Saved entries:
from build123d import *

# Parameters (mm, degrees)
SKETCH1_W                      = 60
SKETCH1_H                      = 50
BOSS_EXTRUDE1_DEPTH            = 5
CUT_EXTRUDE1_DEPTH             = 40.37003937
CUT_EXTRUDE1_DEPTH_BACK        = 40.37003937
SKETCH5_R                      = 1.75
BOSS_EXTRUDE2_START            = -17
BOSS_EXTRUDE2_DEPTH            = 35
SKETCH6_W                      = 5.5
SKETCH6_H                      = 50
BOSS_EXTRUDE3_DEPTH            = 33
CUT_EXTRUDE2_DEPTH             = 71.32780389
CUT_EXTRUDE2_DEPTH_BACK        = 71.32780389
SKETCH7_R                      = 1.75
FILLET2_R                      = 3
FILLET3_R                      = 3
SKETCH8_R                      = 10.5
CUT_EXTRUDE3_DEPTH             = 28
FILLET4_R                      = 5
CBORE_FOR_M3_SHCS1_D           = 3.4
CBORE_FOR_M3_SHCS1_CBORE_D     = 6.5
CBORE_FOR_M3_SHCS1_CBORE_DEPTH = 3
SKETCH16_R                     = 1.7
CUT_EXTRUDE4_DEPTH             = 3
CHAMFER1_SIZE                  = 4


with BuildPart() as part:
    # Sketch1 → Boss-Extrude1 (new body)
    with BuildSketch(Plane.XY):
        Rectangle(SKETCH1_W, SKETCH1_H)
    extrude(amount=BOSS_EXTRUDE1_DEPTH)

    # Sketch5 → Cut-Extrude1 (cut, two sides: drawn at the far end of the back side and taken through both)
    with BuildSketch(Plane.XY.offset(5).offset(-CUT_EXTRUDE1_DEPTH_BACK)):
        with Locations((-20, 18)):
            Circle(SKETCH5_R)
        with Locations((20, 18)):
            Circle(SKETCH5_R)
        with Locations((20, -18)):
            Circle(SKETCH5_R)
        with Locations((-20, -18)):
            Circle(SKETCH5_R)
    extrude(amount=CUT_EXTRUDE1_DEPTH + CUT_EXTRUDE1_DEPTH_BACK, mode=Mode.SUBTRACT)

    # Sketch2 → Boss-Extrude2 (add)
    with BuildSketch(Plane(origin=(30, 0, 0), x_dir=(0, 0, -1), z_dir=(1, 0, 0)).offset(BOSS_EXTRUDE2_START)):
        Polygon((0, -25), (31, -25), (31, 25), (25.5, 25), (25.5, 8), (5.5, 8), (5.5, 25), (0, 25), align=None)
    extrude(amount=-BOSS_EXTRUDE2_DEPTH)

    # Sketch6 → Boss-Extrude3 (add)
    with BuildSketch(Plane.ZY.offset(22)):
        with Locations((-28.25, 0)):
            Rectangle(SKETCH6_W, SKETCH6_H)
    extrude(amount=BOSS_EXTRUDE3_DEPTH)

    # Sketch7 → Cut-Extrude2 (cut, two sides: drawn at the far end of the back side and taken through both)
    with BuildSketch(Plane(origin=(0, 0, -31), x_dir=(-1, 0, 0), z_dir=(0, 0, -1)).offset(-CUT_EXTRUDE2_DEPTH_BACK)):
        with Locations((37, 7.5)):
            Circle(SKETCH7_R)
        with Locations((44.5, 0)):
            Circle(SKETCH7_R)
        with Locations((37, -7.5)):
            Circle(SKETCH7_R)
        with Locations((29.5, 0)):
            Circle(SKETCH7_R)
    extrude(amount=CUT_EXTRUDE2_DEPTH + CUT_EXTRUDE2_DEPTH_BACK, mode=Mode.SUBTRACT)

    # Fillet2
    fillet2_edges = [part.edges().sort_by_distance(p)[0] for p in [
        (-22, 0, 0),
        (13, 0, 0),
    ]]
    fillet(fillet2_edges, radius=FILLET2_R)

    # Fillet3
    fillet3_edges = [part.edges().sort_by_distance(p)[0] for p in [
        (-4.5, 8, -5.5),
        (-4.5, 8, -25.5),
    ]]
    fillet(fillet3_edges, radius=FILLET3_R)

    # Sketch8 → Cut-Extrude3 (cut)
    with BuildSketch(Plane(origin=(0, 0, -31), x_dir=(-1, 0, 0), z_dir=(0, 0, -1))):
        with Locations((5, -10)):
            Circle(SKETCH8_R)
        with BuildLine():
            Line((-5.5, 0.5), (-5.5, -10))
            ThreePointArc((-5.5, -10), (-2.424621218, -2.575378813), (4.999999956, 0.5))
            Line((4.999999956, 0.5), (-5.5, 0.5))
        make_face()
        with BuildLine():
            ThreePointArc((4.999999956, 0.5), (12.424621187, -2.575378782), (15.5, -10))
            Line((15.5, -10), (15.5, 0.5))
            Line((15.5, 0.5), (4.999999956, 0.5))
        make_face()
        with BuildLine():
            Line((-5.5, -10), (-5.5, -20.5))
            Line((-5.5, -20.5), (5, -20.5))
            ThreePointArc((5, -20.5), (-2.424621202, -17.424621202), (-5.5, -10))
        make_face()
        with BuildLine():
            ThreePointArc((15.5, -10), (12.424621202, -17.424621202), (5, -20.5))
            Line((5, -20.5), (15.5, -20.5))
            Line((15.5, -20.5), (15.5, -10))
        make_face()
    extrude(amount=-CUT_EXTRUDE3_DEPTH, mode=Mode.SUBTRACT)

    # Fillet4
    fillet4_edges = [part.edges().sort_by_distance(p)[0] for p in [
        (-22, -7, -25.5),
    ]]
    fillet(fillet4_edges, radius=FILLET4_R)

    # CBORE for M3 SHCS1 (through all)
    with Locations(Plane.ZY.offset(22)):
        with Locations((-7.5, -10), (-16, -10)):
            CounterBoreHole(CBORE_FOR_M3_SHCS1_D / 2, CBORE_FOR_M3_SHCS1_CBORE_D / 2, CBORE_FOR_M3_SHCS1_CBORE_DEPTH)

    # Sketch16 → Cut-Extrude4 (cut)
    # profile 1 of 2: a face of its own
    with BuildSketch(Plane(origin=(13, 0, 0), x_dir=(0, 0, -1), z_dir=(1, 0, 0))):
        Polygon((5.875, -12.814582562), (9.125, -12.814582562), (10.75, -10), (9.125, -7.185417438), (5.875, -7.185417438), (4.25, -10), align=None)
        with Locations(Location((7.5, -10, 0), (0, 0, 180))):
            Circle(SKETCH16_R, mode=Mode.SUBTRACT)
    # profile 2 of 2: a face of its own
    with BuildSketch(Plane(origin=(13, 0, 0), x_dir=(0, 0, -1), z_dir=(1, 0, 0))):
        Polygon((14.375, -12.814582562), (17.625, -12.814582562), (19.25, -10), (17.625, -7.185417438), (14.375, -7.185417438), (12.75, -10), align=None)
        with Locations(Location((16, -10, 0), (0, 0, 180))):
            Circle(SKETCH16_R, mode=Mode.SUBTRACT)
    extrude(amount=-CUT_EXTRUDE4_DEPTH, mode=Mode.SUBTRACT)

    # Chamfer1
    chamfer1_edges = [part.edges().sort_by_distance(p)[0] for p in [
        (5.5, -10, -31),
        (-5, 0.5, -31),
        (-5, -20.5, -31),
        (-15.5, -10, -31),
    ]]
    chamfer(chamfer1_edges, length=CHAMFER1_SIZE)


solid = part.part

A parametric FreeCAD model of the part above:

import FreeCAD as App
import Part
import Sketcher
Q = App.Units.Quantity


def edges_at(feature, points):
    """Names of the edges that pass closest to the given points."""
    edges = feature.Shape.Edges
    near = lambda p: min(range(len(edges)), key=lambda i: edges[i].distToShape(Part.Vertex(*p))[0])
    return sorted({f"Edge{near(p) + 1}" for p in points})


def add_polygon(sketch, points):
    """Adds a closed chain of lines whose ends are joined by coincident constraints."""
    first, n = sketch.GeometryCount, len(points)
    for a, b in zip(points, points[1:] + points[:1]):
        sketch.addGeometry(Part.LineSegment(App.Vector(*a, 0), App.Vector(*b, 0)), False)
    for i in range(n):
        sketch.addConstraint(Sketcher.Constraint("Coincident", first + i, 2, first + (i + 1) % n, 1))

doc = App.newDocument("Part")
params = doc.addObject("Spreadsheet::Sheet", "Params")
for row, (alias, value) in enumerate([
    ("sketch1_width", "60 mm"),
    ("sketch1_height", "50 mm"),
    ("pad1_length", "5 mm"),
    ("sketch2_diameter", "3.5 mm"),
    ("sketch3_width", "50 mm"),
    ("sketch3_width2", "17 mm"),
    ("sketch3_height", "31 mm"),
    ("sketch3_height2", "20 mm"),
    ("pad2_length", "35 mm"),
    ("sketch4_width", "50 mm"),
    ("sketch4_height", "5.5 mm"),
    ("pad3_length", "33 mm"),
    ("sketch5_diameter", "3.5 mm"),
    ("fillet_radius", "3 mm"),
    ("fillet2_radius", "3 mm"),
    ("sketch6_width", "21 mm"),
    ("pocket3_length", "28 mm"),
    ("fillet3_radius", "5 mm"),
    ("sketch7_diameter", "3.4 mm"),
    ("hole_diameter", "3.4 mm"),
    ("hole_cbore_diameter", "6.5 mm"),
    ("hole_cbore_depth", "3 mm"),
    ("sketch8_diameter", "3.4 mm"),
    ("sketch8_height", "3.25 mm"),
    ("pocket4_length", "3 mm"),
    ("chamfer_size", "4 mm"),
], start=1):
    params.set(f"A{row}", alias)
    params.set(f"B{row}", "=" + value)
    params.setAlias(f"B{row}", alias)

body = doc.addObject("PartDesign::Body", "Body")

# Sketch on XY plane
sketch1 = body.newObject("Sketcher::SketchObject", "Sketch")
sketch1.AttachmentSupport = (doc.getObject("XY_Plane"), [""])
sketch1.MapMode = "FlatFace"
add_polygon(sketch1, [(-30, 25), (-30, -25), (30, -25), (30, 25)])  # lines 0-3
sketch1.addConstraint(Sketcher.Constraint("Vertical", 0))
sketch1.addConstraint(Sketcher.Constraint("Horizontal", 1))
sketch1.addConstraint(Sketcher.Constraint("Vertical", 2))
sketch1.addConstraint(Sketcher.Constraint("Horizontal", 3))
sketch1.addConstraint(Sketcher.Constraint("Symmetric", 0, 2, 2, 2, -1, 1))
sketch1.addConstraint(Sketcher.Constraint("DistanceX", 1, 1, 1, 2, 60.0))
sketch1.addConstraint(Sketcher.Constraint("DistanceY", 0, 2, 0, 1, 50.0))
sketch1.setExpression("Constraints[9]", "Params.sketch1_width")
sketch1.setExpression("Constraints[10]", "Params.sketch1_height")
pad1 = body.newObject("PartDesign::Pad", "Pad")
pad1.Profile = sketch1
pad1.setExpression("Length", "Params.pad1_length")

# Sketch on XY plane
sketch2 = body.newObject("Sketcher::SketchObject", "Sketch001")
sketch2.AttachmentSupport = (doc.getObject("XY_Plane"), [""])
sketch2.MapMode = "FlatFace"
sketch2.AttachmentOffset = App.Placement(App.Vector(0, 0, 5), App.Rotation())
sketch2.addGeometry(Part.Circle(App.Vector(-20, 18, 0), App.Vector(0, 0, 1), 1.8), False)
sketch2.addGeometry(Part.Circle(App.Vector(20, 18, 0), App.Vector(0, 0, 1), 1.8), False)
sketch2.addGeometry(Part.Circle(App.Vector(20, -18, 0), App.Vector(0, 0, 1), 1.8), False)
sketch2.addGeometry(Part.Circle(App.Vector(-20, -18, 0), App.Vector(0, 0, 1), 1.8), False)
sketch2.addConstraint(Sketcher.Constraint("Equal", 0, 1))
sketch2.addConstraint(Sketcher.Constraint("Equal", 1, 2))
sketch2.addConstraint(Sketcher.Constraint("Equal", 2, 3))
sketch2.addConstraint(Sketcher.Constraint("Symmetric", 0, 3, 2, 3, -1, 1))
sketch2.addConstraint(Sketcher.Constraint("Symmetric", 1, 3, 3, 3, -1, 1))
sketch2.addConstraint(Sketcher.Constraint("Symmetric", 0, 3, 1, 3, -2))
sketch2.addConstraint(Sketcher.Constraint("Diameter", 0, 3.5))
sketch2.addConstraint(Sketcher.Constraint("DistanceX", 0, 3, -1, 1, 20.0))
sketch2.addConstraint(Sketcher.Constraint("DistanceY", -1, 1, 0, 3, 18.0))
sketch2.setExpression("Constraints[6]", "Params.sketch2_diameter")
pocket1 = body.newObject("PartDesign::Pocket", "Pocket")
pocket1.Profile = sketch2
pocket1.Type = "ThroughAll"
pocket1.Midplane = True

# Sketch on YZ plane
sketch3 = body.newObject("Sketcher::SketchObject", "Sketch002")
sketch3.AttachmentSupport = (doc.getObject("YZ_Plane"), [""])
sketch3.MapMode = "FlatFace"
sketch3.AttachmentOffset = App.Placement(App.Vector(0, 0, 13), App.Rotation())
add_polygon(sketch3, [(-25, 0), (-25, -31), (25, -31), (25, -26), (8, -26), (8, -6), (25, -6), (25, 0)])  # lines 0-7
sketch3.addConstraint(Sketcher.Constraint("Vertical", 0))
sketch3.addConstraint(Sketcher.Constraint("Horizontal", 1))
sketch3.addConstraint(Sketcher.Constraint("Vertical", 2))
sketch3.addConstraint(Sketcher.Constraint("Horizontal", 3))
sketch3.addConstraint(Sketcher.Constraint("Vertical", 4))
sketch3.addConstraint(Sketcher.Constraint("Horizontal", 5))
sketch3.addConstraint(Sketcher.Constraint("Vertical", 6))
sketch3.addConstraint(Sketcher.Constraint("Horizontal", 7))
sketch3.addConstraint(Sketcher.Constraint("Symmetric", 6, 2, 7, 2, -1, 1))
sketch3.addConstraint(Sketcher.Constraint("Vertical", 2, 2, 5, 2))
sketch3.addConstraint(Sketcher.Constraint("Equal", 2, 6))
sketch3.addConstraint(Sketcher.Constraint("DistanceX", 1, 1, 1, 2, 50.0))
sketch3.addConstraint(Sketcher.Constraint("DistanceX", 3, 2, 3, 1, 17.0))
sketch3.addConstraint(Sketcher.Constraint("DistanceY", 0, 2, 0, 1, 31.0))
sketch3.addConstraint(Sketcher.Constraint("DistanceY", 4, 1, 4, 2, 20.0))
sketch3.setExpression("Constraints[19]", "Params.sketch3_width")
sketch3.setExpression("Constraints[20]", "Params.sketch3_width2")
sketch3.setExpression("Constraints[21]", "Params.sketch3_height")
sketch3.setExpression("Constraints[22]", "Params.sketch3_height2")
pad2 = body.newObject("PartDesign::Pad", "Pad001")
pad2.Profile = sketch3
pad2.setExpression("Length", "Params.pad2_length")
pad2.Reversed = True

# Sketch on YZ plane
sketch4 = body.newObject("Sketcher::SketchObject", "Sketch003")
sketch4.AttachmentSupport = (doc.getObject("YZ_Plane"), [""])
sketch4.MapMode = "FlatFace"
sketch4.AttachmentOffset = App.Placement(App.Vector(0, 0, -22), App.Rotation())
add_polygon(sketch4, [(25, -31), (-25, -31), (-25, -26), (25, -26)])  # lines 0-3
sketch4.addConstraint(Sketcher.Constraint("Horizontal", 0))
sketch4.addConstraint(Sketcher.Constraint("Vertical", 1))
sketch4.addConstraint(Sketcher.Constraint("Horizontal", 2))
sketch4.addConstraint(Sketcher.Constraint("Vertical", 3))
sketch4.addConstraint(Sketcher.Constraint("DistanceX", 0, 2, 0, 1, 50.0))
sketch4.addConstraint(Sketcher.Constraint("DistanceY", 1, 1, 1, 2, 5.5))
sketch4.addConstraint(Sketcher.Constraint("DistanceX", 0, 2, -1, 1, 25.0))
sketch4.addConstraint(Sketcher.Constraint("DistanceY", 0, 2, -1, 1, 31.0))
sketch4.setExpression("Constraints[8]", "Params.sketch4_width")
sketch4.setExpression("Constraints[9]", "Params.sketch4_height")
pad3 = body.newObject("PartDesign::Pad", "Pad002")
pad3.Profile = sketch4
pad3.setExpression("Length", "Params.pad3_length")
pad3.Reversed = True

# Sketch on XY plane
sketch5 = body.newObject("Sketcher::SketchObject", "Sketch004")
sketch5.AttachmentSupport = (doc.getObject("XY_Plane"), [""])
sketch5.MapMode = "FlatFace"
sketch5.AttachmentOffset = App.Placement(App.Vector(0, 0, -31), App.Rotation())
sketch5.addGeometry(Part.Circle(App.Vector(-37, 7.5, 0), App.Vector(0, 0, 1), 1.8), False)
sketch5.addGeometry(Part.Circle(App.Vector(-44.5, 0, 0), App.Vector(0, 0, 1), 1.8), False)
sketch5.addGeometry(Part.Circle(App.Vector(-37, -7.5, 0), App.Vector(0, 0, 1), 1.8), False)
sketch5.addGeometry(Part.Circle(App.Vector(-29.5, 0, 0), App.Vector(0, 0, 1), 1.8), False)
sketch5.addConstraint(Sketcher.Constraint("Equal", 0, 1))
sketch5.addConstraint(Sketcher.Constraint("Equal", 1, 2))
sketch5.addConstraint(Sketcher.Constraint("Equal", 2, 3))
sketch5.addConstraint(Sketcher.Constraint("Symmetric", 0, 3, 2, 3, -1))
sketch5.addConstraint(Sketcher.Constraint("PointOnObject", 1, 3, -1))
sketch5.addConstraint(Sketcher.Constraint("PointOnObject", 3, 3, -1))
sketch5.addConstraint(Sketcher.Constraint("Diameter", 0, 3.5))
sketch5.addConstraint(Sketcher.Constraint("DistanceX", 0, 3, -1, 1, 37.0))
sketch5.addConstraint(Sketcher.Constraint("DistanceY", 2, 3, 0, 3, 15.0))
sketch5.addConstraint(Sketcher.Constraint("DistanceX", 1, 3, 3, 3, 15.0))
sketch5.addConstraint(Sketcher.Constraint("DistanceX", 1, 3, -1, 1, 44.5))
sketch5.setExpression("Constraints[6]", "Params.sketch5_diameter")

## Work required
In the lines above, find the word "ThreePointArc" and copy every line it occurs in.

## Response to this task
            ThreePointArc((-5.5, -10), (-2.424621218, -2.575378813), (4.999999956, 0.5))
            ThreePointArc((4.999999956, 0.5), (12.424621187, -2.575378782), (15.5, -10))
            ThreePointArc((5, -20.5), (-2.424621202, -17.424621202), (-5.5, -10))
            ThreePointArc((15.5, -10), (12.424621202, -17.424621202), (5, -20.5))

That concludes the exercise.